▸ What you will do
Please write out exactly the lines of the data below from the line holding "f 118 38 34" through the line holding "f 118 52 53", and leave out the rest.

Dataset records below:

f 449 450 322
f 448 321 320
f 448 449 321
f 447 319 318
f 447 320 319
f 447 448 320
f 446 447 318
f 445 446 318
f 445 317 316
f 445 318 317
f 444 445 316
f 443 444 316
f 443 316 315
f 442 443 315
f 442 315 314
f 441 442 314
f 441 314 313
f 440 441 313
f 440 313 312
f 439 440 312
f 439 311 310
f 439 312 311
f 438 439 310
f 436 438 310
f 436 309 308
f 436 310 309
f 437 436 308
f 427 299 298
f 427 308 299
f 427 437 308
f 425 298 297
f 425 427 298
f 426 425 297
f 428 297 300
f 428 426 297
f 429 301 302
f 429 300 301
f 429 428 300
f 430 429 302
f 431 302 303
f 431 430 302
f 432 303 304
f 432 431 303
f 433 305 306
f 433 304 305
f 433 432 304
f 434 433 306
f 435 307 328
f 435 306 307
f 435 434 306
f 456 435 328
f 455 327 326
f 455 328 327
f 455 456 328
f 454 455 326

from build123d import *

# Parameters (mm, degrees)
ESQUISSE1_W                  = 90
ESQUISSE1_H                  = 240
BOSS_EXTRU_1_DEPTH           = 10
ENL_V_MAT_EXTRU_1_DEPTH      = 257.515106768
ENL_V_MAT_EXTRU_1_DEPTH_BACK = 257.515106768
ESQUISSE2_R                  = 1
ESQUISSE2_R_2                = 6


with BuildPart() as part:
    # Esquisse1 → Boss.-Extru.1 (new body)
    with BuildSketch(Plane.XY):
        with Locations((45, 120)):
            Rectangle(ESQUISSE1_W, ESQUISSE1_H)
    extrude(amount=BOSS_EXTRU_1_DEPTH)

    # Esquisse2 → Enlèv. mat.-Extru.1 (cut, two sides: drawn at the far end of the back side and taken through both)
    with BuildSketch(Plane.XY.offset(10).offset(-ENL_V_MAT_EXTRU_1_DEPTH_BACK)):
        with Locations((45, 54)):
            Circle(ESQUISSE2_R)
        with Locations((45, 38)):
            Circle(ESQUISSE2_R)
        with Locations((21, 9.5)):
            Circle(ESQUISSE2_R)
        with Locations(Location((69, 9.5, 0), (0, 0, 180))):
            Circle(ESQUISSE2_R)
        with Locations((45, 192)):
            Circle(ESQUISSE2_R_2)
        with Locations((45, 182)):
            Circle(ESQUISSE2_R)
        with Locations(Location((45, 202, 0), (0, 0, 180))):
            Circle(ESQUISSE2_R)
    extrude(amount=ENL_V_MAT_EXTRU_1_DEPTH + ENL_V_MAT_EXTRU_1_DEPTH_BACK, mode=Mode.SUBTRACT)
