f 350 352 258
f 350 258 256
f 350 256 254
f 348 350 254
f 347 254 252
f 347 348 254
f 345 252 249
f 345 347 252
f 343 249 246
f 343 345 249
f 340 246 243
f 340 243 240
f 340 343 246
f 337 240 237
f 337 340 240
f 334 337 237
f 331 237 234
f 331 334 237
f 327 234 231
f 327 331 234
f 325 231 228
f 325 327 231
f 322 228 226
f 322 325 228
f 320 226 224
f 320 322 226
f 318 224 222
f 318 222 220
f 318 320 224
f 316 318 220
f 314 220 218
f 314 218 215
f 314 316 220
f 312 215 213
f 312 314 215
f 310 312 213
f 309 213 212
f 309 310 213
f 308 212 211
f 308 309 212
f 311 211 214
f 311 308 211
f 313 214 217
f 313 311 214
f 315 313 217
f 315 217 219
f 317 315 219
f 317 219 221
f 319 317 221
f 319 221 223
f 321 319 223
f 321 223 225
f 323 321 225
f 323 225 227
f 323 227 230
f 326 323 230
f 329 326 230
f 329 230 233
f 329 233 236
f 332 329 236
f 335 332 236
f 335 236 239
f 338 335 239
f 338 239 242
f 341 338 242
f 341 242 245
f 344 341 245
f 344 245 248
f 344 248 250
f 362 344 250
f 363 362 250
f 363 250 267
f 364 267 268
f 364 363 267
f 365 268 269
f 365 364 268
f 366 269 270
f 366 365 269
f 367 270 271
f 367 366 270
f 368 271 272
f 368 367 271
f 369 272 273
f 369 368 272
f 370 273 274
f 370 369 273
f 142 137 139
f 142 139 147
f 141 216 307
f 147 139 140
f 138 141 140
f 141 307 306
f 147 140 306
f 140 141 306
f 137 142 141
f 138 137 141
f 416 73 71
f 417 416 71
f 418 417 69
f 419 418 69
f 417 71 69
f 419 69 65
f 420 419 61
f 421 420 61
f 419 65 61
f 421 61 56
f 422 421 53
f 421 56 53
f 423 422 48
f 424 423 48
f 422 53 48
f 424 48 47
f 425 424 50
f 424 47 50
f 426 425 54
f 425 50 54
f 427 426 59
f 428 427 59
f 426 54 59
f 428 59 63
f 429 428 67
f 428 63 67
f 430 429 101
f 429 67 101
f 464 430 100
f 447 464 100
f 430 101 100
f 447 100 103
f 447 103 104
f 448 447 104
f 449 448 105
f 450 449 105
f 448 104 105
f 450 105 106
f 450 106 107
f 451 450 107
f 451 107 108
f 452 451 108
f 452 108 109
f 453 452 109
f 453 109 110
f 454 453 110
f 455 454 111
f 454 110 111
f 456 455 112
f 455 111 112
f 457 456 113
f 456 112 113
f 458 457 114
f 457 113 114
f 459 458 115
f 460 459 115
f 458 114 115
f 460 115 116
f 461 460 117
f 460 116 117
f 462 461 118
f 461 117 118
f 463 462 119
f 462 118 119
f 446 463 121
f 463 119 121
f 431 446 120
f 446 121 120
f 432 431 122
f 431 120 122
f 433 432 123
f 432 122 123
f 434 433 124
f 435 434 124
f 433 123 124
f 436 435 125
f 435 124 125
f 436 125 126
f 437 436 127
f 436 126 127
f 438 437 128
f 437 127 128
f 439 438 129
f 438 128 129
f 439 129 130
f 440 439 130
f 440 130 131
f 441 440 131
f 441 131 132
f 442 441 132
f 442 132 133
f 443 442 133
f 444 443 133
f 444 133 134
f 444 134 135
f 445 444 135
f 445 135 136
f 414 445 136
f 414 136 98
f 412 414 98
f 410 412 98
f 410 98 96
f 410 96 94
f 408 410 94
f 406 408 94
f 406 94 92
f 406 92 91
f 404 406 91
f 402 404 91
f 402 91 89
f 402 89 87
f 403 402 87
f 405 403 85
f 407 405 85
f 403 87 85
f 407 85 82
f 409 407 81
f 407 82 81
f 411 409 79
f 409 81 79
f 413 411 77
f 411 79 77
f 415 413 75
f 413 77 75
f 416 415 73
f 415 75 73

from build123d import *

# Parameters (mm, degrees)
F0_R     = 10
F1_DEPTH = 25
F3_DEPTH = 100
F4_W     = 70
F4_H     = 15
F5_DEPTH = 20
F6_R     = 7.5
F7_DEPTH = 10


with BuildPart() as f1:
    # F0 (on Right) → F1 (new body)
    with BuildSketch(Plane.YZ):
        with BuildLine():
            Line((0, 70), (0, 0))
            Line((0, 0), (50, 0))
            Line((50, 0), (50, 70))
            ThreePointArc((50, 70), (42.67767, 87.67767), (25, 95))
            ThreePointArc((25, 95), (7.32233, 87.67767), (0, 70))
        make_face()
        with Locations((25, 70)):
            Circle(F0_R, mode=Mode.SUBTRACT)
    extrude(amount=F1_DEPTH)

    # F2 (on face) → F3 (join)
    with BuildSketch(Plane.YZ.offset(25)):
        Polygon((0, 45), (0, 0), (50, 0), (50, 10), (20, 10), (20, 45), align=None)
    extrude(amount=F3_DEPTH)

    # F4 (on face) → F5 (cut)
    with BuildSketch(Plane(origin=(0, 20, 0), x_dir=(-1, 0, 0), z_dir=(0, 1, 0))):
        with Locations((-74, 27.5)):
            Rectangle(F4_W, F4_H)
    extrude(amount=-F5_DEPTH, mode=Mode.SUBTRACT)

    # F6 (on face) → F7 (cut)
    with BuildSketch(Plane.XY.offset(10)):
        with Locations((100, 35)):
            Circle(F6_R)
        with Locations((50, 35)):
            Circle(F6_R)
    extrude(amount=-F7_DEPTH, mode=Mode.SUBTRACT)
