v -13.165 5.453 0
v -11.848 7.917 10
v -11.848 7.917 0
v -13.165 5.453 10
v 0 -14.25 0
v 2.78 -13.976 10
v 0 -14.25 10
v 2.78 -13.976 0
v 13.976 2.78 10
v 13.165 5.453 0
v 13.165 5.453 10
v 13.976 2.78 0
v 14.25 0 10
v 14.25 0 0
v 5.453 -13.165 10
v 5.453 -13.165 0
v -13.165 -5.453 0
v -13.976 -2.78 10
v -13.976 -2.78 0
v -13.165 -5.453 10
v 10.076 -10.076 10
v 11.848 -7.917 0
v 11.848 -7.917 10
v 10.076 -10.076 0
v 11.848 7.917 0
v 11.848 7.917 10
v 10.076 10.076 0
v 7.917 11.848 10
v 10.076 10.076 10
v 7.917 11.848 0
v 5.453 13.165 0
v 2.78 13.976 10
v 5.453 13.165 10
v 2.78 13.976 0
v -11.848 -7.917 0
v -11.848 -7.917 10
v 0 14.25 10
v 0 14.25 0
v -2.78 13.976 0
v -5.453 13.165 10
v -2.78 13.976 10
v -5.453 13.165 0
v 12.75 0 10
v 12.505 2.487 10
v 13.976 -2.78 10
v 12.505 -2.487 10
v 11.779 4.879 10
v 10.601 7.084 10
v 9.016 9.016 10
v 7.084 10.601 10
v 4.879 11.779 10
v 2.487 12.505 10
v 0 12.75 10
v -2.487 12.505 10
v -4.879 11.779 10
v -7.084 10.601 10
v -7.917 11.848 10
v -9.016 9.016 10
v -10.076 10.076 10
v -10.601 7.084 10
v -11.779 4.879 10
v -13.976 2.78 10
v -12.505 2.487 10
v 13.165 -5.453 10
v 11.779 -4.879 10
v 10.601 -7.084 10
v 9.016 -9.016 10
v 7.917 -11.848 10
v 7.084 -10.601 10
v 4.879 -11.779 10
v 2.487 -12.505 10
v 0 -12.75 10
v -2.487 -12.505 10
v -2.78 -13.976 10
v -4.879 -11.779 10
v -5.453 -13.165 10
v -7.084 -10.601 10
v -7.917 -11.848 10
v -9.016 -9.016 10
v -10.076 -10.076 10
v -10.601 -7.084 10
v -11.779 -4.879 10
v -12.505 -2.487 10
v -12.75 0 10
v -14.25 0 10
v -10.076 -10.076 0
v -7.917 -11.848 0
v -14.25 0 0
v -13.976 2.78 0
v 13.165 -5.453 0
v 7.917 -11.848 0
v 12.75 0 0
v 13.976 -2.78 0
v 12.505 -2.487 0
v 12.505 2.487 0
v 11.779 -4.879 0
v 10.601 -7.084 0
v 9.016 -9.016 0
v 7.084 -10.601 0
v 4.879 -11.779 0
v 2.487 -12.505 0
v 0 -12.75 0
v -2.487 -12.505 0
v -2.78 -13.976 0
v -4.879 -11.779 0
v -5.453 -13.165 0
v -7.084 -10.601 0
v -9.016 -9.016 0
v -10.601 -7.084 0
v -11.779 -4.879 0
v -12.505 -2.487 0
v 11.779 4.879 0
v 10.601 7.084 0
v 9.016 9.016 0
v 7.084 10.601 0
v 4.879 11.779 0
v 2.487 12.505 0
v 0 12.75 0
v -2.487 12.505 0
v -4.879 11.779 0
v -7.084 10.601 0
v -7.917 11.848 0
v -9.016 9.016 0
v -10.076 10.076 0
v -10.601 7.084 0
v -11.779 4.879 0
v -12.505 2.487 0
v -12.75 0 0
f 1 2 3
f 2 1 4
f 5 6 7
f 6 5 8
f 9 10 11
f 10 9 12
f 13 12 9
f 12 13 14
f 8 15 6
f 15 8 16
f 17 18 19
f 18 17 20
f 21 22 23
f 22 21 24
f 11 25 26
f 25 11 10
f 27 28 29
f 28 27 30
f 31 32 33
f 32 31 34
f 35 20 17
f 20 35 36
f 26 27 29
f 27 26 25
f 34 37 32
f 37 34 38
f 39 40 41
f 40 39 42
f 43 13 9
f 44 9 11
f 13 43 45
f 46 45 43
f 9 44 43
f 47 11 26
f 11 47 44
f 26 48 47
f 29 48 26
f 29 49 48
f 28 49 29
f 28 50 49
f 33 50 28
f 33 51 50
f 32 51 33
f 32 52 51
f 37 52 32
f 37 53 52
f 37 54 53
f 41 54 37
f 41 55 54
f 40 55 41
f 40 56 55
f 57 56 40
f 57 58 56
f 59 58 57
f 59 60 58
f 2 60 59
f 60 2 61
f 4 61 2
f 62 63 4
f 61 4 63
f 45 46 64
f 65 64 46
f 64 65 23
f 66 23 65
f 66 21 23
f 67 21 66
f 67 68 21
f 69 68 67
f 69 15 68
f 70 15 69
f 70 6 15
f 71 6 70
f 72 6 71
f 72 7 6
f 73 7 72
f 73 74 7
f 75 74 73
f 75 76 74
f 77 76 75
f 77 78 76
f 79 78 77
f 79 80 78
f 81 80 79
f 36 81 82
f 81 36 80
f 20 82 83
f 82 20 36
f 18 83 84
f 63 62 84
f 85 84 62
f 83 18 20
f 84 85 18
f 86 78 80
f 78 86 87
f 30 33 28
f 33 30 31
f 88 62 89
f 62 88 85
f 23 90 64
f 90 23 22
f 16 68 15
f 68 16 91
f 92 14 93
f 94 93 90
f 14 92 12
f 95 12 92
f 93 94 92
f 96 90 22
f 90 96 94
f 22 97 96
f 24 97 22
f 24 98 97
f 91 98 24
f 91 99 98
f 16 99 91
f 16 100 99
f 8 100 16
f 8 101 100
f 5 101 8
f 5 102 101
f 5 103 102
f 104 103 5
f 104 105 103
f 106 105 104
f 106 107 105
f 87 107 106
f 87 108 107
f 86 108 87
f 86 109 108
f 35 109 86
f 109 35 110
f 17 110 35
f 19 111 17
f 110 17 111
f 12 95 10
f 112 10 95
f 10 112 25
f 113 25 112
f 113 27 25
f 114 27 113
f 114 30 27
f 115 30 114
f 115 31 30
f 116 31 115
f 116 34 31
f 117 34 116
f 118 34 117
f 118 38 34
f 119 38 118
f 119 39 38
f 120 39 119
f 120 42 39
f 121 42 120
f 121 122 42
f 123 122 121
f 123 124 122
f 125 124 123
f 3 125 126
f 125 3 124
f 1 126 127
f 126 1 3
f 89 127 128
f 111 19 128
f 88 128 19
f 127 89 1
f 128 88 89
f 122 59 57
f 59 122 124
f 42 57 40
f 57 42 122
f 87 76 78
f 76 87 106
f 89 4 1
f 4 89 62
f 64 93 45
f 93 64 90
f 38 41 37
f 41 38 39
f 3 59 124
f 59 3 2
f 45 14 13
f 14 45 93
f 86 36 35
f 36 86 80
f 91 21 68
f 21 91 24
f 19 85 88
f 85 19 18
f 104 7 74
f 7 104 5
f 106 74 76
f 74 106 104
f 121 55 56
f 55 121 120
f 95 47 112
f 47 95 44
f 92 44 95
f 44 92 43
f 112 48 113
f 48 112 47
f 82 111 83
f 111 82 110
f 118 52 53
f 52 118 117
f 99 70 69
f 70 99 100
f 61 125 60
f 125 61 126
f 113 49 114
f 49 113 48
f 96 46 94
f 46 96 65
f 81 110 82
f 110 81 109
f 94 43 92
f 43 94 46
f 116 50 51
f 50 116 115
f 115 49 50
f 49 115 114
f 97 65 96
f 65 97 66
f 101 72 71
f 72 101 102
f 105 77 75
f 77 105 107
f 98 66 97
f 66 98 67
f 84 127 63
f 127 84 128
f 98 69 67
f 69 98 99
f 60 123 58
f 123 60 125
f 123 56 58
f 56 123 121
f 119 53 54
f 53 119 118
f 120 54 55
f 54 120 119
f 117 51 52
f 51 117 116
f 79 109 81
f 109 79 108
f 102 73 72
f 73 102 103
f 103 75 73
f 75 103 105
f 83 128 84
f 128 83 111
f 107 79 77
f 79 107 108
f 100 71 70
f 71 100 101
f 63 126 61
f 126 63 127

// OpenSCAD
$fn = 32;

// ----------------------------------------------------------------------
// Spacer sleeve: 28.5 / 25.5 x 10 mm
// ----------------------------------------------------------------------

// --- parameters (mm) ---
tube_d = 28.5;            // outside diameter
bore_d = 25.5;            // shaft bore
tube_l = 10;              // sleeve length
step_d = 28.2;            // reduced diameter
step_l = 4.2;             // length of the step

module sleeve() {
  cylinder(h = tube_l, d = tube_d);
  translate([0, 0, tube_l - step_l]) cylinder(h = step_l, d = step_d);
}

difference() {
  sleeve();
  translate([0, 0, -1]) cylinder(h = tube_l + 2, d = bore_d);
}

End of Dataset records.

▸ Task answer
f 118 38 34
f 119 38 118
f 119 39 38
f 120 39 119
f 120 42 39
f 121 42 120
f 121 122 42
f 123 122 121
f 123 124 122
f 125 124 123
f 3 125 126
f 125 3 124
f 1 126 127
f 126 1 3
f 89 127 128
f 111 19 128
f 88 128 19
f 127 89 1
f 128 88 89
f 122 59 57
f 59 122 124
f 42 57 40
f 57 42 122
f 87 76 78
f 76 87 106
f 89 4 1
f 4 89 62
f 64 93 45
f 93 64 90
f 38 41 37
f 41 38 39
f 3 59 124
f 59 3 2
f 45 14 13
f 14 45 93
f 86 36 35
f 36 86 80
f 91 21 68
f 21 91 24
f 19 85 88
f 85 19 18
f 104 7 74
f 7 104 5
f 106 74 76
f 74 106 104
f 121 55 56
f 55 121 120
f 95 47 112
f 47 95 44
f 92 44 95
f 44 92 43
f 112 48 113
f 48 112 47
f 82 111 83
f 111 82 110
f 118 52 53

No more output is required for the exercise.